OpenShot Video Editor is an award-winning free and open-source video editor for Linux, Mac, and Windows, and is dedicated to delivering high quality video editing and animation solutions to the world.
http://www.openshot.org
Other
4.36k stars 544 forks source link

mixed audio tracks sound fine on the timeline but are clipping in the export #3256

Closed PontiacCZ closed 3 years ago

PontiacCZ commented 4 years ago

Describe the bug: When I add music to our birthday celebration, it all sounds good while played back on the timeline. But audible clipping is in the export file.

Steps to reproduce the behavior:

  1. Download these two audio files:

  2. import them into a new project in OpenShot 2.5.0

  3. choose project profile: HD 1080p 25 fps

  4. put celebration to track 4 and the music to track 5. It should look like this: image

  5. play back first 20 secs of the timeline - you can hear that all sounds good in the OpenShot.

  6. now export video: H265, profile HD 1080p 25 fps, quality "med", on the Advanced tab: start frame 1, end frame 500 (so you export only 20 seconds, we do not need more)

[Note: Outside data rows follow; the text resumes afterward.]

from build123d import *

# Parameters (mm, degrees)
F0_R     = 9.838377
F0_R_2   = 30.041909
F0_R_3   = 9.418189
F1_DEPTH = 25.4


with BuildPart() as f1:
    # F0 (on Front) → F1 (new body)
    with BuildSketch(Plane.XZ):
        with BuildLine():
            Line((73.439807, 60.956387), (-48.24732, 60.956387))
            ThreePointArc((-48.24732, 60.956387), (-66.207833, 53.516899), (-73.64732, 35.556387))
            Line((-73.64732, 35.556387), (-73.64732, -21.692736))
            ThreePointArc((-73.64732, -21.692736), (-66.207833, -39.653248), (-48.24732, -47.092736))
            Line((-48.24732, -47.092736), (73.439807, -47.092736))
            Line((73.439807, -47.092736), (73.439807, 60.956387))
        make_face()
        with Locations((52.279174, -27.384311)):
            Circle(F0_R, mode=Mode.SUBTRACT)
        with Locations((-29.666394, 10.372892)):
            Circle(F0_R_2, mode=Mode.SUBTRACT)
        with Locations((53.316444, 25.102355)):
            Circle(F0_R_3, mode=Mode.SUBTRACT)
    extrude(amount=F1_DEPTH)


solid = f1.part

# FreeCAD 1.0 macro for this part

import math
import FreeCAD as App
import Part
import Sketcher

V = App.Vector
Q = App.Units.Quantity

doc = App.newDocument("Part")
body = doc.addObject("PartDesign::Body", "Body")

sketch1 = doc.addObject("Sketcher::SketchObject", "Sketch")
body.addObject(sketch1)
sketch1.AttachmentSupport = (doc.XZ_Plane, [""])
sketch1.MapMode = "FlatFace"
sketch1.addGeometry([
    Part.LineSegment(V(73.439807, 60.956387, 0), V(-48.24732, 60.956387, 0)),
    Part.ArcOfCircle(Part.Circle(V(-48.247321, 35.556388, 0), V(0, 0, 1), 25.399999), math.radians(89.999998), math.radians(180.000002)),
    Part.LineSegment(V(-73.64732, 35.556387, 0), V(-73.64732, -21.692736, 0)),
    Part.ArcOfCircle(Part.Circle(V(-48.247321, -21.692737, 0), V(0, 0, 1), 25.399999), math.radians(179.999998), math.radians(270.000002)),
    Part.LineSegment(V(-48.24732, -47.092736, 0), V(73.439807, -47.092736, 0)),
    Part.LineSegment(V(73.439807, -47.092736, 0), V(73.439807, 60.956387, 0)),
    Part.Circle(V(52.279174, -27.384311, 0), V(0, 0, 1), 9.838377),
    Part.Circle(V(-29.666394, 10.372892, 0), V(0, 0, 1), 30.041909),
    Part.Circle(V(53.316444, 25.102355, 0), V(0, 0, 1), 9.418189),
], False)
sketch1.addConstraint([
    Sketcher.Constraint("Tangent", 0, 2, 1, 1),
    Sketcher.Constraint("Tangent", 1, 2, 2, 1),
    Sketcher.Constraint("Tangent", 2, 2, 3, 1),
    Sketcher.Constraint("Tangent", 3, 2, 4, 1),
    Sketcher.Constraint("Coincident", 4, 2, 5, 1),
    Sketcher.Constraint("Coincident", 5, 2, 0, 1),
    Sketcher.Constraint("Horizontal", 0),
    Sketcher.Constraint("Vertical", 2),
    Sketcher.Constraint("Horizontal", 4),
    Sketcher.Constraint("Vertical", 5),
    Sketcher.Constraint("Equal", 1, 3),
    Sketcher.Constraint("Radius", 1, Q("1 in")),
    Sketcher.Constraint("Diameter", 8, 18.836378),
    Sketcher.Constraint("Diameter", 6, 19.676754),
    Sketcher.Constraint("Diameter", 7, 60.083818),
    Sketcher.Constraint("DistanceY", 7, 3, 8, 3, Q("0.5799001 in")),
    Sketcher.Constraint("DistanceY", 6, 3, 1, 3, 62.940699),
    Sketcher.Constraint("DistanceX", 7, 3, 4, 2, 103.106201),
    Sketcher.Constraint("DistanceX", 0, 2, 0, 1, 121.687127),
    Sketcher.Constraint("DistanceY", 2, 2, 2, 1, 57.249123),
    Sketcher.Constraint("DistanceX", 1, 3, -1, 1, 48.247321),
    Sketcher.Constraint("DistanceY", 6, 3, -1, 1, 27.384311),
    Sketcher.Constraint("DistanceY", 3, 3, 7, 3, 32.065629),
    Sketcher.Constraint("DistanceX", 6, 3, 8, 3, 1.03727),
    Sketcher.Constraint("DistanceX", 7, 3, 8, 3, 82.982838),
])
pad1 = doc.addObject("PartDesign::Pad", "Pad")
body.addObject(pad1)
pad1.Profile = sketch1
pad1.Length = Q("1 in")

doc.recompute()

  7. play back the exported file - you will hear pretty bad audio clipping, especially with the drum beats. My encode is here.

Expected behavior: I expect the audio in the exported file to sound the same way as in the timeline.

System Details:

I know there is already an issue about this problem, but I wanted be more specific, in my report, provide steps and files for you to work with.

zackees commented 4 years ago

Yup - i have the same problem.

I'm using an MP3 audio track

cleveopiyo commented 4 years ago

Having the same problem with audio clipping but with mp4 audio and only after I export

ferdnyc commented 4 years ago

If you're mixing two audio sources together at full volume, clipping is a likely result. Especially if either or both of them are already close to or at the limits of their amplitude range.

Loading the guitar track into Audacity, you can see that it's already clipping some, and that's without any other tracks mixed in:

(The red lines represent clipping, with View > Show Clipping enabled.)

image

So it's no surprise that when we mix in another fairly loud track at full volume, the clipping increases drastically:

image

And, yeah, it sounds pretty bad.

The trick is to simply reduce the volume of both tracks, so that they don't push each other beyond max amplitude when mixed together.

Here's the same mix, only this time I set Volume adjustment keyframes on the first frame of each clip (so the value applies for the entire length of the clip). I adjusted the guitar track to 0.75, and the crowd-noise track to 0.8:

image

There's still a little visible clipping, but just like with the original guitar track, none of it is audible.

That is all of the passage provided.